By harosch


2013-04-07 17:37:43 8 Comments

How quarks electric charge directly have been measured when quarks never directly observed in isolation? (Due to a phenomenon known as color confinement.)

2 comments

@dmckee 2013-04-08 03:14:33

The cross-section for $$ e^+ + e^- \to q + \bar{q} $$ goes by the square of the quark charge (times the number of colors). Now, the quarks can not be observed in isolation because they hadronize.

However the cross-section for $$ e^+ + e^- \to \mu^+ + \mu^- $$ is identical except for going by the muon charge squared.

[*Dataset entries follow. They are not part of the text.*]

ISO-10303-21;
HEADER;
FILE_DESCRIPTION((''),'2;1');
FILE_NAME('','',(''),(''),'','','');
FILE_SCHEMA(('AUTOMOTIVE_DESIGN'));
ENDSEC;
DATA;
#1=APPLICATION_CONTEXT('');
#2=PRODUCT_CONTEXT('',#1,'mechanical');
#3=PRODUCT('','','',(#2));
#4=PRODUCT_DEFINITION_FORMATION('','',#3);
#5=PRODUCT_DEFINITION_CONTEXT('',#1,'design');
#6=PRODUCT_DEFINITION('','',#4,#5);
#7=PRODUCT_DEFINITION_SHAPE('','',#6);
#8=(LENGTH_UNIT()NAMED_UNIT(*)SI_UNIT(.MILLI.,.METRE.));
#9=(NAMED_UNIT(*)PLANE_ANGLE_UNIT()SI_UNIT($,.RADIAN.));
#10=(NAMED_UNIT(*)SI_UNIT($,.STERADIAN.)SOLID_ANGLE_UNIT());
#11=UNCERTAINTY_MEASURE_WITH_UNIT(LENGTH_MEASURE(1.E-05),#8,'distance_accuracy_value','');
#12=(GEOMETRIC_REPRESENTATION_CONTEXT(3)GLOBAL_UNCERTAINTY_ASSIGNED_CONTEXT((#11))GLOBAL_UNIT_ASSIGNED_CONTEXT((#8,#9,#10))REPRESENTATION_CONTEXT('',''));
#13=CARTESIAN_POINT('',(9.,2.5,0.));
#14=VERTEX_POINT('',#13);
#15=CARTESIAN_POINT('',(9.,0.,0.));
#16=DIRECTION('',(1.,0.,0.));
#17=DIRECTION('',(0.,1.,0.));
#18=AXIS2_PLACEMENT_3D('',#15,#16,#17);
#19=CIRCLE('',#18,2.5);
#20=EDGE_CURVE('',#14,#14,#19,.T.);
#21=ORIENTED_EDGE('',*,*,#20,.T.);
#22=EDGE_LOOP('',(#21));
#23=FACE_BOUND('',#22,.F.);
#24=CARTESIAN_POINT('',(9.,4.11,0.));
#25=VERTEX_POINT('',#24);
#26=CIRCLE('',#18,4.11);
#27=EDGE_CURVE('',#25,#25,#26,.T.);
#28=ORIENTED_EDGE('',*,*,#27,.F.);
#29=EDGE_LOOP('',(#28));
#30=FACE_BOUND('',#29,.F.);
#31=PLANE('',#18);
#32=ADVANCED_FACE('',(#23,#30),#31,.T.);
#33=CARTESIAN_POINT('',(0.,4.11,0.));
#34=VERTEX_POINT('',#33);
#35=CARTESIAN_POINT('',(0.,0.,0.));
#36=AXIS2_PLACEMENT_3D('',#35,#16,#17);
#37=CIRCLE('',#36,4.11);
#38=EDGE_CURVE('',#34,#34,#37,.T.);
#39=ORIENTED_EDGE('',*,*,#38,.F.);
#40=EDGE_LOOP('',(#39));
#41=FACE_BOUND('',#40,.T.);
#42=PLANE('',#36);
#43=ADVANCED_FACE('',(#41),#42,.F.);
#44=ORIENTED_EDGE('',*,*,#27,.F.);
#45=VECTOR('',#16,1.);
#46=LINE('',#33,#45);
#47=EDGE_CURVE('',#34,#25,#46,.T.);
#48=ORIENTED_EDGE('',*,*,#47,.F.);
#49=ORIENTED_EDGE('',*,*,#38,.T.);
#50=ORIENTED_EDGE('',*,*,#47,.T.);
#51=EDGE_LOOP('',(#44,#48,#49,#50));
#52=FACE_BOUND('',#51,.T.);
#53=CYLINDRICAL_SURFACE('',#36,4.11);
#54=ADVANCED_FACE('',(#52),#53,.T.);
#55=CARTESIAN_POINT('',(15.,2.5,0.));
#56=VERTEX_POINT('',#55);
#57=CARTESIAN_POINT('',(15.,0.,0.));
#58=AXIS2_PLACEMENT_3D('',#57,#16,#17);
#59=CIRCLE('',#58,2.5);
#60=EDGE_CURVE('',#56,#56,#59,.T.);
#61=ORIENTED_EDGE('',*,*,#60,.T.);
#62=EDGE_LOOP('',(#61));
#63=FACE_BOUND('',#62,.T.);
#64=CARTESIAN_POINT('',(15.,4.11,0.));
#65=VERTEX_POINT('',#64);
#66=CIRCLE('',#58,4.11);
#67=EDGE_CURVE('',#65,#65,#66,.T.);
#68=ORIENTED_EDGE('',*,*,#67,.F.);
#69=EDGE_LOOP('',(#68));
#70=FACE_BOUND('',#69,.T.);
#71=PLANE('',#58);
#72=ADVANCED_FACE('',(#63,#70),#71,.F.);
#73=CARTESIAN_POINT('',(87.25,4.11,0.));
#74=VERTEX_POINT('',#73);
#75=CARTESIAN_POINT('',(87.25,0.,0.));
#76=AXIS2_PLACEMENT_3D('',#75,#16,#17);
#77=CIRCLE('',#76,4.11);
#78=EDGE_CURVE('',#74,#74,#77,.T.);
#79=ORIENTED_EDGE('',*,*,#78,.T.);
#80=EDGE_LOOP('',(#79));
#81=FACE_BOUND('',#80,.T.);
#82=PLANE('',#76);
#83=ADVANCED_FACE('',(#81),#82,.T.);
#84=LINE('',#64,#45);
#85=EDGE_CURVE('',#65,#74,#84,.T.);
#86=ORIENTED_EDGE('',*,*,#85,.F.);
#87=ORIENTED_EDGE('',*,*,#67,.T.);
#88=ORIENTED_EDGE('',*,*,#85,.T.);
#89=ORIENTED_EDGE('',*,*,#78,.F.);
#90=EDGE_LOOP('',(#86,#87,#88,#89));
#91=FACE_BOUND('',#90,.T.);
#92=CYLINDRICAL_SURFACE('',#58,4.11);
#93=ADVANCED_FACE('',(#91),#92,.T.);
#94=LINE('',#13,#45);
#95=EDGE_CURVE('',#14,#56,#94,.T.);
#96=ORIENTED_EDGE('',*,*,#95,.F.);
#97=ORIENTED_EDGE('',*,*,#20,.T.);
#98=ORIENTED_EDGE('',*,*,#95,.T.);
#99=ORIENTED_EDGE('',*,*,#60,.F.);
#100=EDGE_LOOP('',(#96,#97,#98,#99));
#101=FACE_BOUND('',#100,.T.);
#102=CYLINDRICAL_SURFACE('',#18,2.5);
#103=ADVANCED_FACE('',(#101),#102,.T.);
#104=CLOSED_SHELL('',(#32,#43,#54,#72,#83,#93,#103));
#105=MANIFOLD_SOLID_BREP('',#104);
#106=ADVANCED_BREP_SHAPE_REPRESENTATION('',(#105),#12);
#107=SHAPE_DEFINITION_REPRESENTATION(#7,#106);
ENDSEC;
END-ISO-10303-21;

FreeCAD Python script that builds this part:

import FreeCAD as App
import Part
import Sketcher

doc = App.newDocument("Part")
params = doc.addObject("Spreadsheet::Sheet", "Params")
for row, (alias, value) in enumerate([
    ("sketch1_width", "6 mm"),
    ("sketch1_width2", "9 mm"),
    ("sketch1_height", "4.11 mm"),
    ("sketch1_width3", "87.25 mm"),
    ("sketch1_height2", "1.61 mm"),
    ("revolution_angle", "360 deg"),
], start=1):
    params.set(f"A{row}", alias)
    params.set(f"B{row}", "=" + value)
    params.setAlias(f"B{row}", alias)

body = doc.addObject("PartDesign::Body", "Body")

# Sketch on XY plane
sketch1 = body.newObject("Sketcher::SketchObject", "Sketch")
sketch1.AttachmentSupport = (doc.getObject("XY_Plane"), [""])
sketch1.MapMode = "FlatFace"
sketch1.addGeometry([
    Part.LineSegment(App.Vector(0, 4.1, 0), App.Vector(0, 0, 0)),  # 0
    Part.LineSegment(App.Vector(0, 0, 0), App.Vector(87.2, 0, 0)),  # 1
    Part.LineSegment(App.Vector(87.2, 0, 0), App.Vector(87.2, 4.1, 0)),  # 2
    Part.LineSegment(App.Vector(87.2, 4.1, 0), App.Vector(15, 4.1, 0)),  # 3
    Part.LineSegment(App.Vector(15, 4.1, 0), App.Vector(15, 2.5, 0)),  # 4
    Part.LineSegment(App.Vector(15, 2.5, 0), App.Vector(9, 2.5, 0)),  # 5
    Part.LineSegment(App.Vector(9, 2.5, 0), App.Vector(9, 4.1, 0)),  # 6
    Part.LineSegment(App.Vector(9, 4.1, 0), App.Vector(0, 4.1, 0)),  # 7
], False)
sketch1.addConstraint([
    Sketcher.Constraint("Coincident", 0, 2, 1, 1),
    Sketcher.Constraint("Coincident", 1, 2, 2, 1),
    Sketcher.Constraint("Coincident", 2, 2, 3, 1),
    Sketcher.Constraint("Coincident", 3, 2, 4, 1),
    Sketcher.Constraint("Coincident", 4, 2, 5, 1),
    Sketcher.Constraint("Coincident", 5, 2, 6, 1),
    Sketcher.Constraint("Coincident", 6, 2, 7, 1),
    Sketcher.Constraint("Coincident", 7, 2, 0, 1),
    Sketcher.Constraint("Vertical", 0),
    Sketcher.Constraint("Horizontal", 1),
    Sketcher.Constraint("Vertical", 2),
    Sketcher.Constraint("Horizontal", 3),
    Sketcher.Constraint("Vertical", 4),
    Sketcher.Constraint("Horizontal", 5),
    Sketcher.Constraint("Vertical", 6),
    Sketcher.Constraint("Horizontal", 7),
    Sketcher.Constraint("Coincident", 0, 2, -1, 1),
    Sketcher.Constraint("Horizontal", 3, 2, 6, 2),
    Sketcher.Constraint("DistanceX", 5, 2, 5, 1, 6.0),
    Sketcher.Constraint("DistanceX", 7, 2, 7, 1, 9.0),
    Sketcher.Constraint("DistanceY", 0, 2, 0, 1, 4.11),
    Sketcher.Constraint("DistanceX", 1, 1, 1, 2, 87.25),
    Sketcher.Constraint("DistanceY", 4, 2, 4, 1, 1.61),
])
sketch1.setExpression("Constraints[18]", "Params.sketch1_width")
sketch1.setExpression("Constraints[19]", "Params.sketch1_width2")
sketch1.setExpression("Constraints[20]", "Params.sketch1_height")
sketch1.setExpression("Constraints[21]", "Params.sketch1_width3")
sketch1.setExpression("Constraints[22]", "Params.sketch1_height2")
revolution = body.newObject("PartDesign::Revolution", "Revolution")
revolution.Profile = sketch1
revolution.ReferenceAxis = (sketch1, ["H_Axis"])
revolution.setExpression("Angle", "Params.revolution_angle")

doc.recompute()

So, a measurement of $$ R = \frac{\sigma_{e^+ + e^- \to \text{hadrons}}}{\sigma_{e^+ + e^- \to \mu + \mu^-}} $$ is a measurement of $$ \frac{\text{# of colors} \times \sum_\text{accessible flavors} q^2_\text{flavor}}{q^2_\mu} = \frac{\text{# of colors} \times \sum_\text{accessible flavors} q^2_\text{flavor}}{1} \quad .$$

The accessible flavors depend on the center of mass energy, so it is possible to observe the increases as the energy rises past successive quark masses (times 2).

This figure :

enter image description here

shows $R$ over a range of center-of-mass energy (Mandelstam variable $s$) that covers the range from only including the "light" quarks (up, down and strange) through including all the quarks through the bottom with enough range to show the long plateau about the bottom quark threshold.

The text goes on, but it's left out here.